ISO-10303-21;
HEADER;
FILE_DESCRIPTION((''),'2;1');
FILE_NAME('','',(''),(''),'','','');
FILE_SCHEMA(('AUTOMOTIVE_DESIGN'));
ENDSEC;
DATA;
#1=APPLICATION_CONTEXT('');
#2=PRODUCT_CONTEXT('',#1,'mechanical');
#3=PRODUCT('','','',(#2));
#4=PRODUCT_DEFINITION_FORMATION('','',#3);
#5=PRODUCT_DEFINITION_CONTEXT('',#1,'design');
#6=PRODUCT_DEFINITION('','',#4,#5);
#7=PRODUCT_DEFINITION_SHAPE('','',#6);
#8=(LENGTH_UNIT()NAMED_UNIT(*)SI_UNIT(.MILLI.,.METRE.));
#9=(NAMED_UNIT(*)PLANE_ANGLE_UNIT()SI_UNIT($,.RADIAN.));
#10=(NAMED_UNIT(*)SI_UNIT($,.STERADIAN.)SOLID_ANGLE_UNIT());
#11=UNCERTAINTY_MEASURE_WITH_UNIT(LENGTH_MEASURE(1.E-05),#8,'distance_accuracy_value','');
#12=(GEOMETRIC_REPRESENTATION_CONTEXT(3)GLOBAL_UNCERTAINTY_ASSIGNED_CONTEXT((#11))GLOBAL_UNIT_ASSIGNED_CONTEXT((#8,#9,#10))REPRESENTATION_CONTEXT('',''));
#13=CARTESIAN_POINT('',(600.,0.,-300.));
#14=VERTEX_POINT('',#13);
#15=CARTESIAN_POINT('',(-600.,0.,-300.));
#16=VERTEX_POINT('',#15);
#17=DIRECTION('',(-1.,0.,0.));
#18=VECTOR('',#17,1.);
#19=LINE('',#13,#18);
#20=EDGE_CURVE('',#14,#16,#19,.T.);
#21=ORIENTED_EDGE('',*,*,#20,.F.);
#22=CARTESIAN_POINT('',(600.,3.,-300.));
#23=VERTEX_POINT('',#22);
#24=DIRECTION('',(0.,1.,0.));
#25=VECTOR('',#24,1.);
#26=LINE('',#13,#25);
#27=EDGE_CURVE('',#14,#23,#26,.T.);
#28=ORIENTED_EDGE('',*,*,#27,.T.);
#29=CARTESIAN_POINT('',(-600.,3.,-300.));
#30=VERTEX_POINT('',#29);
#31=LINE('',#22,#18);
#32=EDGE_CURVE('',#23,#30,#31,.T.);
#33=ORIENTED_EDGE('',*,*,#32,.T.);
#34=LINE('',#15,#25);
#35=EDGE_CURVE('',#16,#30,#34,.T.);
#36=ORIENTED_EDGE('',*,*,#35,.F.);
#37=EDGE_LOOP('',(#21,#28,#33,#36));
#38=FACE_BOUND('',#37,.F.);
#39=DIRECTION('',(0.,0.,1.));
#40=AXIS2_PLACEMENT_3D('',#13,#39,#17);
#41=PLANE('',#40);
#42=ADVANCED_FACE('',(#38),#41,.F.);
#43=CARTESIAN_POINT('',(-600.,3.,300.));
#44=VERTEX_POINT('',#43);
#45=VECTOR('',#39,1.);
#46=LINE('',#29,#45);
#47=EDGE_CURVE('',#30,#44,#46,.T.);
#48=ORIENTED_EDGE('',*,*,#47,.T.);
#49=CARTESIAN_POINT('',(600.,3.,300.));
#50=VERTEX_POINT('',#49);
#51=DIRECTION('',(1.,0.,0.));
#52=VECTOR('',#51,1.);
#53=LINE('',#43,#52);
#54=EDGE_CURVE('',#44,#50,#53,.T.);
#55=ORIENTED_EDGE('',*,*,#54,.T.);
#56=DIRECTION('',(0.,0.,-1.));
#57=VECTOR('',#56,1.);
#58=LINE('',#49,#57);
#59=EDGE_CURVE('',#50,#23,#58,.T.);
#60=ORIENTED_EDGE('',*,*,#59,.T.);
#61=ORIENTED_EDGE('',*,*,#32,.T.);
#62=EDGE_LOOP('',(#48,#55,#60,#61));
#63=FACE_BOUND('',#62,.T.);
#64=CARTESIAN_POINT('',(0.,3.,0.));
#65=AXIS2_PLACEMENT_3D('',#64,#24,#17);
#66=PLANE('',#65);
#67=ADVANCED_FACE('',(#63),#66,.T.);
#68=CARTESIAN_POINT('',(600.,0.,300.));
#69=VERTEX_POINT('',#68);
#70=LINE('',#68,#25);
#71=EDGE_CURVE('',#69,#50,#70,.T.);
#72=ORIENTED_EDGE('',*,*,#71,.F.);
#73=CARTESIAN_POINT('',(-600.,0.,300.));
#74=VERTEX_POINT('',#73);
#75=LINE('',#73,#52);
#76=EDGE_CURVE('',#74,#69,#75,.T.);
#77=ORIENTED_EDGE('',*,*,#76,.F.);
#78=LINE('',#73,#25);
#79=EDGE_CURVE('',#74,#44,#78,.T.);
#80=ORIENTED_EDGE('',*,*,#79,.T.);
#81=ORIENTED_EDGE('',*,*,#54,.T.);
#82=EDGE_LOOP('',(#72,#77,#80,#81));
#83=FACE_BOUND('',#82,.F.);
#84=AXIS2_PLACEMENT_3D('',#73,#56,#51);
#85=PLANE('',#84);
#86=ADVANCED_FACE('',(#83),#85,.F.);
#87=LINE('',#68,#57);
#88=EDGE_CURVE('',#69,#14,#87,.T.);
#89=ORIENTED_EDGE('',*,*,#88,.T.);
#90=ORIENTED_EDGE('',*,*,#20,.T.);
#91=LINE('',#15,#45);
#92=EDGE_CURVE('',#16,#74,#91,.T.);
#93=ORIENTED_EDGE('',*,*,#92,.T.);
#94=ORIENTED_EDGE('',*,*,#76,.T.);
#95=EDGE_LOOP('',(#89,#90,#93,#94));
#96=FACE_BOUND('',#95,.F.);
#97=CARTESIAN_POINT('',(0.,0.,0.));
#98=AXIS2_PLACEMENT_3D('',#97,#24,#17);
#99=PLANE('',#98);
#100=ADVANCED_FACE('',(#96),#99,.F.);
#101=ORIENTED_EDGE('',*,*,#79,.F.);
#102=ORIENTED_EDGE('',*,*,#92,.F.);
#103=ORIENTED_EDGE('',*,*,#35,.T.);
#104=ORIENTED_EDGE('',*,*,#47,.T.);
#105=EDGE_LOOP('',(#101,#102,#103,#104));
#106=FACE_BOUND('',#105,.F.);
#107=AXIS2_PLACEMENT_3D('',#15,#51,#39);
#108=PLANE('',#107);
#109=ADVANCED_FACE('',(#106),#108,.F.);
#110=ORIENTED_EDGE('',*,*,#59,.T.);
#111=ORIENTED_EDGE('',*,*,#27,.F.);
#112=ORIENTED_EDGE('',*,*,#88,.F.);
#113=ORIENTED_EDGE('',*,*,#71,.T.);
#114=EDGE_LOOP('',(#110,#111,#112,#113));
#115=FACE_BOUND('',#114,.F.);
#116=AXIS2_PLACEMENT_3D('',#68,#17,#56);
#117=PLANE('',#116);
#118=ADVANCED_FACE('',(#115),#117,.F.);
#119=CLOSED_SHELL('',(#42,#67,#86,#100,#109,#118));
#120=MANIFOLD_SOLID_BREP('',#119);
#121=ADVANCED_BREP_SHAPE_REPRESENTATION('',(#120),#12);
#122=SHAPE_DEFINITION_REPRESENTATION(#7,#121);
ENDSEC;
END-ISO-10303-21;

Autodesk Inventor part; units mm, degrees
ref_plane "YZ Plane" through (0, 0, 0) normal (1, 0, 0) x (0, 1, 0)
ref_plane "XZ Plane" through (0, 0, 0) normal (0, 1, 0) x (-1, 0, 0)
ref_plane "XY Plane" through (0, 0, 0) normal (0, 0, 1) x (1, 0, 0)
sketch "Boceto1" plane through (0, 0, 0) normal (0, 1, 0) x (-1, 0, 0)
  line L0 (-600, -300) -> (600, -300)
  line L1 (600, -300) -> (600, 300)
  line L2 (600, 300) -> (-600, 300)
  line L3 (-600, 300) -> (-600, -300)
  line L4 (-600, -300) -> (600, 300) construction
  line L5 (600, -300) -> (-600, 300) construction
  point P0 (0, 0)
  dimension "d0" = 1200
  dimension "d1" = 600
extrude "Extrusión1" add sketch "Boceto1" along normal blind 3
properties part number "TableroMadera"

=====

# Problem to solve:
Reproduce the entries above exactly, but only the lines between the line holding "#83=FACE_BOUND('',#82,.F.);" and the line holding "#120=MANIFOLD_SOLID_BREP('',#119);", inclusive.

# Exercise output:
#83=FACE_BOUND('',#82,.F.);
#84=AXIS2_PLACEMENT_3D('',#73,#56,#51);
#85=PLANE('',#84);
#86=ADVANCED_FACE('',(#83),#85,.F.);
#87=LINE('',#68,#57);
#88=EDGE_CURVE('',#69,#14,#87,.T.);
#89=ORIENTED_EDGE('',*,*,#88,.T.);
#90=ORIENTED_EDGE('',*,*,#20,.T.);
#91=LINE('',#15,#45);
#92=EDGE_CURVE('',#16,#74,#91,.T.);
#93=ORIENTED_EDGE('',*,*,#92,.T.);
#94=ORIENTED_EDGE('',*,*,#76,.T.);
#95=EDGE_LOOP('',(#89,#90,#93,#94));
#96=FACE_BOUND('',#95,.F.);
#97=CARTESIAN_POINT('',(0.,0.,0.));
#98=AXIS2_PLACEMENT_3D('',#97,#24,#17);
#99=PLANE('',#98);
#100=ADVANCED_FACE('',(#96),#99,.F.);
#101=ORIENTED_EDGE('',*,*,#79,.F.);
#102=ORIENTED_EDGE('',*,*,#92,.F.);
#103=ORIENTED_EDGE('',*,*,#35,.T.);
#104=ORIENTED_EDGE('',*,*,#47,.T.);
#105=EDGE_LOOP('',(#101,#102,#103,#104));
#106=FACE_BOUND('',#105,.F.);
#107=AXIS2_PLACEMENT_3D('',#15,#51,#39);
#108=PLANE('',#107);
#109=ADVANCED_FACE('',(#106),#108,.F.);
#110=ORIENTED_EDGE('',*,*,#59,.T.);
#111=ORIENTED_EDGE('',*,*,#27,.F.);
#112=ORIENTED_EDGE('',*,*,#88,.F.);
#113=ORIENTED_EDGE('',*,*,#71,.T.);
#114=EDGE_LOOP('',(#110,#111,#112,#113));
#115=FACE_BOUND('',#114,.F.);
#116=AXIS2_PLACEMENT_3D('',#68,#17,#56);
#117=PLANE('',#116);
#118=ADVANCED_FACE('',(#115),#117,.F.);
#119=CLOSED_SHELL('',(#42,#67,#86,#100,#109,#118));
#120=MANIFOLD_SOLID_BREP('',#119);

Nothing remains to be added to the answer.